Your goal:
Once the line containing "#116=EDGE_CURVE('',#112,#112,#115,.T.);" has been written out, stop; until then, restate each line of the entries below word for word from the first.
═════ Material for this task
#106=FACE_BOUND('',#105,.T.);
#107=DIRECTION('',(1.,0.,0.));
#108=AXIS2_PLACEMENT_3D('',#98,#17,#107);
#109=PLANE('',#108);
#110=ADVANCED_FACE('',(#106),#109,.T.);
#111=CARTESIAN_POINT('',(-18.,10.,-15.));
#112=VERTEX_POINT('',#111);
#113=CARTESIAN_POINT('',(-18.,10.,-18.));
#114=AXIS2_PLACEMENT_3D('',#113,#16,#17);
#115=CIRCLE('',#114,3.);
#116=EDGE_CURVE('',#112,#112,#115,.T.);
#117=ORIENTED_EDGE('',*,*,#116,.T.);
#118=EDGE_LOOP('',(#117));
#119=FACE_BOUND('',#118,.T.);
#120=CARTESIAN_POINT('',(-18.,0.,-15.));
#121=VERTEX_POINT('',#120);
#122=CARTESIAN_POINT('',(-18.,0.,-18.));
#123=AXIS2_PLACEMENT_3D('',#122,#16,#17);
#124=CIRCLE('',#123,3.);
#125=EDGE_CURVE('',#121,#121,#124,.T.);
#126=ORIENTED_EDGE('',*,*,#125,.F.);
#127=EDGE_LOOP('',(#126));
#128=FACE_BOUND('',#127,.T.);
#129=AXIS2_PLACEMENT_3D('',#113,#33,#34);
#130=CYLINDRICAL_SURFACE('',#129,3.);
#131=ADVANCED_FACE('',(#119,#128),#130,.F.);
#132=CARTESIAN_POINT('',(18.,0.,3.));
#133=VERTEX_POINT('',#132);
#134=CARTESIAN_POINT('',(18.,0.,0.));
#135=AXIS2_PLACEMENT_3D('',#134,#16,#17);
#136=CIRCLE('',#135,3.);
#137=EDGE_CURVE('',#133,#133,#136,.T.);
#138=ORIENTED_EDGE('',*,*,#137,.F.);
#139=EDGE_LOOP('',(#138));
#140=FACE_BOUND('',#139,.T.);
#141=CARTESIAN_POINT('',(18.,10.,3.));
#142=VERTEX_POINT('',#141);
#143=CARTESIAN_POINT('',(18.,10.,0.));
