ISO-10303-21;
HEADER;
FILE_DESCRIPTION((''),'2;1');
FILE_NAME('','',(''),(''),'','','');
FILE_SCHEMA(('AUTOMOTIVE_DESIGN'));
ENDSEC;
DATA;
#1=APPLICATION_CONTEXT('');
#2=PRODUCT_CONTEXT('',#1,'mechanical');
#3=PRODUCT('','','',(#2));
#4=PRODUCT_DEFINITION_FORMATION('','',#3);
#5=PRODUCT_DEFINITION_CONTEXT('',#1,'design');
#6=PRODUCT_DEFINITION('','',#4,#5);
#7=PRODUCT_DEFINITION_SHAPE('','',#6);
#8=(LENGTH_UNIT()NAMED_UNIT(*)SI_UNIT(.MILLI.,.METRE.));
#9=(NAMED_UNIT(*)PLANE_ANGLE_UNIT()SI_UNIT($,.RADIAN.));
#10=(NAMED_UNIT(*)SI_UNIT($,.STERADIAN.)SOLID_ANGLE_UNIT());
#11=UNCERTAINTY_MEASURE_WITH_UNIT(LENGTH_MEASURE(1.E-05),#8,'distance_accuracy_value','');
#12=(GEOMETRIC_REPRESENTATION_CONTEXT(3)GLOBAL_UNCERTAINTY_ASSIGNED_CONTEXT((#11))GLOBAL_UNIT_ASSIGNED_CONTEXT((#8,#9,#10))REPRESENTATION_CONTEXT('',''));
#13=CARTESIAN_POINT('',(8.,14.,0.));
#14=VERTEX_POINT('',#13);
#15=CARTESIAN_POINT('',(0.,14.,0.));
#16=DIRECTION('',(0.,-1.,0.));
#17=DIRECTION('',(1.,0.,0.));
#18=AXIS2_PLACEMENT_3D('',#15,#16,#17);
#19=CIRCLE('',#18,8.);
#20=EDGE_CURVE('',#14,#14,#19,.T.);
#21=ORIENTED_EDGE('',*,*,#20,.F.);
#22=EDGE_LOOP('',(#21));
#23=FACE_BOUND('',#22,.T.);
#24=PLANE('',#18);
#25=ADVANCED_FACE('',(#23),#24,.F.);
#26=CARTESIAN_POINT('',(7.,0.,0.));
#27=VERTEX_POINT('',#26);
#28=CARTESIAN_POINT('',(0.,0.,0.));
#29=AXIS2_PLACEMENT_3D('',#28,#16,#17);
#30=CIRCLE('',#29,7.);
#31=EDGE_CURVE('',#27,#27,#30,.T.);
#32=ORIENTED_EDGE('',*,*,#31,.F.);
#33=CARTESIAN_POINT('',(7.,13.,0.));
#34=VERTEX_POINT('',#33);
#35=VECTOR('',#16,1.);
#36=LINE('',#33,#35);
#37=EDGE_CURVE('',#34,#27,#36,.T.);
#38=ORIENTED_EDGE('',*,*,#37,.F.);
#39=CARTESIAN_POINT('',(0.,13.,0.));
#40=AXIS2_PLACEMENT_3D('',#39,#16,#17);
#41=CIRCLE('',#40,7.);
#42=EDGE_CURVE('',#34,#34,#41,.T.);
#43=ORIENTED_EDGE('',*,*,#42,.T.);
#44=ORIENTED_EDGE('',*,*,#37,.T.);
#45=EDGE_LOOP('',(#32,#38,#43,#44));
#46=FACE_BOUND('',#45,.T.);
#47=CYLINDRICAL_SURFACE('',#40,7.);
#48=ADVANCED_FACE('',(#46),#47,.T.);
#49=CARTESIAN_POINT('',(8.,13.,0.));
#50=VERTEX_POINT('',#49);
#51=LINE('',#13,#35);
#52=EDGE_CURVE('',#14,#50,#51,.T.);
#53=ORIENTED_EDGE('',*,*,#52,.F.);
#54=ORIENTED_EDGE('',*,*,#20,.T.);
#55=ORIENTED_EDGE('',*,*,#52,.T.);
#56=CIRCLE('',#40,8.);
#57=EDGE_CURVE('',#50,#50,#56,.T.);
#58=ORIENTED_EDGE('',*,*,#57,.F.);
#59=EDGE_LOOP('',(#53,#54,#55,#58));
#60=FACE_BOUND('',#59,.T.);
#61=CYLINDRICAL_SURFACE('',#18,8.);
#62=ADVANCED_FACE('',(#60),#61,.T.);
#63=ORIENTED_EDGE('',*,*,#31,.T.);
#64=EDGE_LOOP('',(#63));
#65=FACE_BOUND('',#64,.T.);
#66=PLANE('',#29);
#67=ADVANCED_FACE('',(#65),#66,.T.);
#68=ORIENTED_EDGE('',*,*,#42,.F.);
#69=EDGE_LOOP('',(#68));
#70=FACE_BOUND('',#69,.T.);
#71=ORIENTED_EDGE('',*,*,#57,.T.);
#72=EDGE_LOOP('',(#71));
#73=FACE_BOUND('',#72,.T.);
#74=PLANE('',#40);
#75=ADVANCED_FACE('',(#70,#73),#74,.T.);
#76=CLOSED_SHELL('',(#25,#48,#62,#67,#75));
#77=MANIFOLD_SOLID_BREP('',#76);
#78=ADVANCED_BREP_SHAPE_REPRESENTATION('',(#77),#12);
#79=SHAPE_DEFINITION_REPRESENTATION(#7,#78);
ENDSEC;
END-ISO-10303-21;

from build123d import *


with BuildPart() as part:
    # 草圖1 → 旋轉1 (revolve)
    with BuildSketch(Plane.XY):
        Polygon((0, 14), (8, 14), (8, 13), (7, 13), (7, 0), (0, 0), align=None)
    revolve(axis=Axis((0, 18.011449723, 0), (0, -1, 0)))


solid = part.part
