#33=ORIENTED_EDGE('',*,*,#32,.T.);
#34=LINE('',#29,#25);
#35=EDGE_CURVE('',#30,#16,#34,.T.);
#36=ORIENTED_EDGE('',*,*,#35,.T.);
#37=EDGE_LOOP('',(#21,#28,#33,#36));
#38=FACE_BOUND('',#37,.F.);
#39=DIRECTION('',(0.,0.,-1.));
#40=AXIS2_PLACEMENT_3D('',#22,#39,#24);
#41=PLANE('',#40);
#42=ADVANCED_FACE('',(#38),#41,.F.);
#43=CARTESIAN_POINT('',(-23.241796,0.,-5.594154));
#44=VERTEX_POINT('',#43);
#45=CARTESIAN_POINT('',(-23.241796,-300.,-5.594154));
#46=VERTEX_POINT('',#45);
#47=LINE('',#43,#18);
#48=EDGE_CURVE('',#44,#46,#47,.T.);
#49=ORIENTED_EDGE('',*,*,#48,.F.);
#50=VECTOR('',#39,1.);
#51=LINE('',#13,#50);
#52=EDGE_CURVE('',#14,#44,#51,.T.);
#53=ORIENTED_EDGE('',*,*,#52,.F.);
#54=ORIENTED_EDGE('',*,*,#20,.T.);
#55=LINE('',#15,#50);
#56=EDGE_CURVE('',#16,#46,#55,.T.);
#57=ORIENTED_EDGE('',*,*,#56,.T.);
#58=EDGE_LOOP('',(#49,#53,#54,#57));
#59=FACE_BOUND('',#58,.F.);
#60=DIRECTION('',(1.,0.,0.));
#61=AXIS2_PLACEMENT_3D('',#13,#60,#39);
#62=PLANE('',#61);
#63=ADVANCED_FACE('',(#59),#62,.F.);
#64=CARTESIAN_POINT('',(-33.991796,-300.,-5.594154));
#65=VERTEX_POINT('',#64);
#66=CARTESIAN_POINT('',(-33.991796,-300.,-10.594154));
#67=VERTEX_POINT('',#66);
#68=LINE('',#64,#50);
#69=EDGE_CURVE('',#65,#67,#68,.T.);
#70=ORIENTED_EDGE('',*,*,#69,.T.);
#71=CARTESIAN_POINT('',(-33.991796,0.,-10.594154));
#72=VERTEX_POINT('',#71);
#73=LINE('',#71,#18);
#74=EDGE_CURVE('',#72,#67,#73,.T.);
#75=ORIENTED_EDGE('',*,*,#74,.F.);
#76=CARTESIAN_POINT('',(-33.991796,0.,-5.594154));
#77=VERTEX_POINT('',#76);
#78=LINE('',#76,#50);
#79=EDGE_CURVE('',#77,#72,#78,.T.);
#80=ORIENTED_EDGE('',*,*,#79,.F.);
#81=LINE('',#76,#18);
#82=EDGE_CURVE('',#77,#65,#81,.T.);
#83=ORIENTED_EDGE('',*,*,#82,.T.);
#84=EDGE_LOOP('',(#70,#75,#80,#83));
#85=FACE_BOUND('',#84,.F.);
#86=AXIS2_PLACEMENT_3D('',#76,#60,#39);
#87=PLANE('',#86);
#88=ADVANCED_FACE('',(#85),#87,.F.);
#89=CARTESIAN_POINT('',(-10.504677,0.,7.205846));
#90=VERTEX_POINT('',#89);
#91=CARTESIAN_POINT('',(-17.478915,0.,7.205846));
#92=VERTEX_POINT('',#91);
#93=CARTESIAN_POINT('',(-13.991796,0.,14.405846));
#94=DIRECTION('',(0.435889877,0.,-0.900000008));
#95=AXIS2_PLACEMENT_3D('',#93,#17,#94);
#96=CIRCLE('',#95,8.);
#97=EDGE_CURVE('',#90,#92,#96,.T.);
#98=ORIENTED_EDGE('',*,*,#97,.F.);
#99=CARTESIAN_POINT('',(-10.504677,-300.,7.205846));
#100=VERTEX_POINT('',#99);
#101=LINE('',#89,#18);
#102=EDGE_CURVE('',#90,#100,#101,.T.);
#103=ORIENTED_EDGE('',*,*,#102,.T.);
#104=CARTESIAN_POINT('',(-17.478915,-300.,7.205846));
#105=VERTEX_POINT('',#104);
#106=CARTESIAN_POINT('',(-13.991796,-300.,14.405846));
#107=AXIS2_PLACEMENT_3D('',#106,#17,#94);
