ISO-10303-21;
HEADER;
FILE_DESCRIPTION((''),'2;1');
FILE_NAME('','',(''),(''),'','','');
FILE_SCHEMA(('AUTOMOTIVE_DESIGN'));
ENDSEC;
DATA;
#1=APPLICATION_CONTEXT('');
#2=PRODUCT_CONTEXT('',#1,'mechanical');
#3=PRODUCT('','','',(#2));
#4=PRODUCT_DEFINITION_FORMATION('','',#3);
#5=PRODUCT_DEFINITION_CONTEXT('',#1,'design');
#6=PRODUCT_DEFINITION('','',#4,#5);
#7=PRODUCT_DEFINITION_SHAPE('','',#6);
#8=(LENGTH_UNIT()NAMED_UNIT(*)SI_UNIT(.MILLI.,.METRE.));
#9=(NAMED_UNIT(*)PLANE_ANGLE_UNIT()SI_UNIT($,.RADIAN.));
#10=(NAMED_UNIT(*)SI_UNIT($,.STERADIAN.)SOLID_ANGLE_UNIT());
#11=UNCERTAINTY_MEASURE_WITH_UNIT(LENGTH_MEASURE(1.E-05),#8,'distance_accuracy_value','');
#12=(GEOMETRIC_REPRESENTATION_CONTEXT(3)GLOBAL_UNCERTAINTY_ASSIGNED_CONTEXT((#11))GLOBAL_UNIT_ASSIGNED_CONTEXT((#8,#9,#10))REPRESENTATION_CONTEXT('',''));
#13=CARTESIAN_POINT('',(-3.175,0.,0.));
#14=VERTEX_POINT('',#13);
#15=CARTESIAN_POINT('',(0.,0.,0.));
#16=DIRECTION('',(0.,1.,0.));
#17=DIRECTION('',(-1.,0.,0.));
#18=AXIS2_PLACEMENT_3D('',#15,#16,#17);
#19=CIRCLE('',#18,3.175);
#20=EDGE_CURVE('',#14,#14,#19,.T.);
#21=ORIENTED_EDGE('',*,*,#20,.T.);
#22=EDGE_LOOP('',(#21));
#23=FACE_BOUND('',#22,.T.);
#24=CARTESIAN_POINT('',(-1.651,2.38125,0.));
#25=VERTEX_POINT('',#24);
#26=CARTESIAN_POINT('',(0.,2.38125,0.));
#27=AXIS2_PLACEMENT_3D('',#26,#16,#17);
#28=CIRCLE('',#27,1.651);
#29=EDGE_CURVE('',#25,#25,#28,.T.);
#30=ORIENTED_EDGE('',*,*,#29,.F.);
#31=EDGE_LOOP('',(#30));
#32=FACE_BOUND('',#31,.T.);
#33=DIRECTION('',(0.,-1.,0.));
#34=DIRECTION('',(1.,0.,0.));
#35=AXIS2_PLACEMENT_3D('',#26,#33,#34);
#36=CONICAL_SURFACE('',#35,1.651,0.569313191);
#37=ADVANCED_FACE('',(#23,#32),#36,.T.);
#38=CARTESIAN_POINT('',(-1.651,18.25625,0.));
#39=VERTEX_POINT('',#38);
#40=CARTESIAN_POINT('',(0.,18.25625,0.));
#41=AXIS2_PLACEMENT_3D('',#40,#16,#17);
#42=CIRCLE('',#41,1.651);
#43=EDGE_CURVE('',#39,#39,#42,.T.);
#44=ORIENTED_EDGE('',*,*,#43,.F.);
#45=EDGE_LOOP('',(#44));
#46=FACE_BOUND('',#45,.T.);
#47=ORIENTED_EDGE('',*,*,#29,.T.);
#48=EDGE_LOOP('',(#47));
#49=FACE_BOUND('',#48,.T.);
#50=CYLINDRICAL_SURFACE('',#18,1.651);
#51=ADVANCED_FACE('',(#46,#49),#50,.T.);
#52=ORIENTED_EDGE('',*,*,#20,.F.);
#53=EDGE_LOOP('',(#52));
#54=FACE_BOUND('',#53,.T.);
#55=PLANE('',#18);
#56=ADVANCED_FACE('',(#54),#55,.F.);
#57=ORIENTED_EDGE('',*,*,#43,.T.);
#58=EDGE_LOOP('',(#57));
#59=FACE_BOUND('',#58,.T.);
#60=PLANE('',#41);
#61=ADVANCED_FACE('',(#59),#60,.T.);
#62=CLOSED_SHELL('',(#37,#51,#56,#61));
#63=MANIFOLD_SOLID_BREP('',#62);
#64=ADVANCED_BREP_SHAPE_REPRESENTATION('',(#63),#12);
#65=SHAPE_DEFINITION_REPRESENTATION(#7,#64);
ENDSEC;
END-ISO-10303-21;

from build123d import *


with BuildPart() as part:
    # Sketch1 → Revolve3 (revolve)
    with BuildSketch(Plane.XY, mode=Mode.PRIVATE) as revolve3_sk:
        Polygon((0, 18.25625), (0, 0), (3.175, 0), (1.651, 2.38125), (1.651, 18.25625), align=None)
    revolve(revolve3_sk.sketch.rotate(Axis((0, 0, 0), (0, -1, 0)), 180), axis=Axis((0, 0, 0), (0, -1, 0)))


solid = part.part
══════════
Response below:
#106=FACE_BOUND('',#105,.T.);
#107=DIRECTION('',(1.,0.,0.));
#108=AXIS2_PLACEMENT_3D('',#98,#17,#107);
#109=PLANE('',#108);
#110=ADVANCED_FACE('',(#106),#109,.T.);
#111=CARTESIAN_POINT('',(-18.,10.,-15.));
#112=VERTEX_POINT('',#111);
#113=CARTESIAN_POINT('',(-18.,10.,-18.));
#114=AXIS2_PLACEMENT_3D('',#113,#16,#17);
#115=CIRCLE('',#114,3.);
#116=EDGE_CURVE('',#112,#112,#115,.T.);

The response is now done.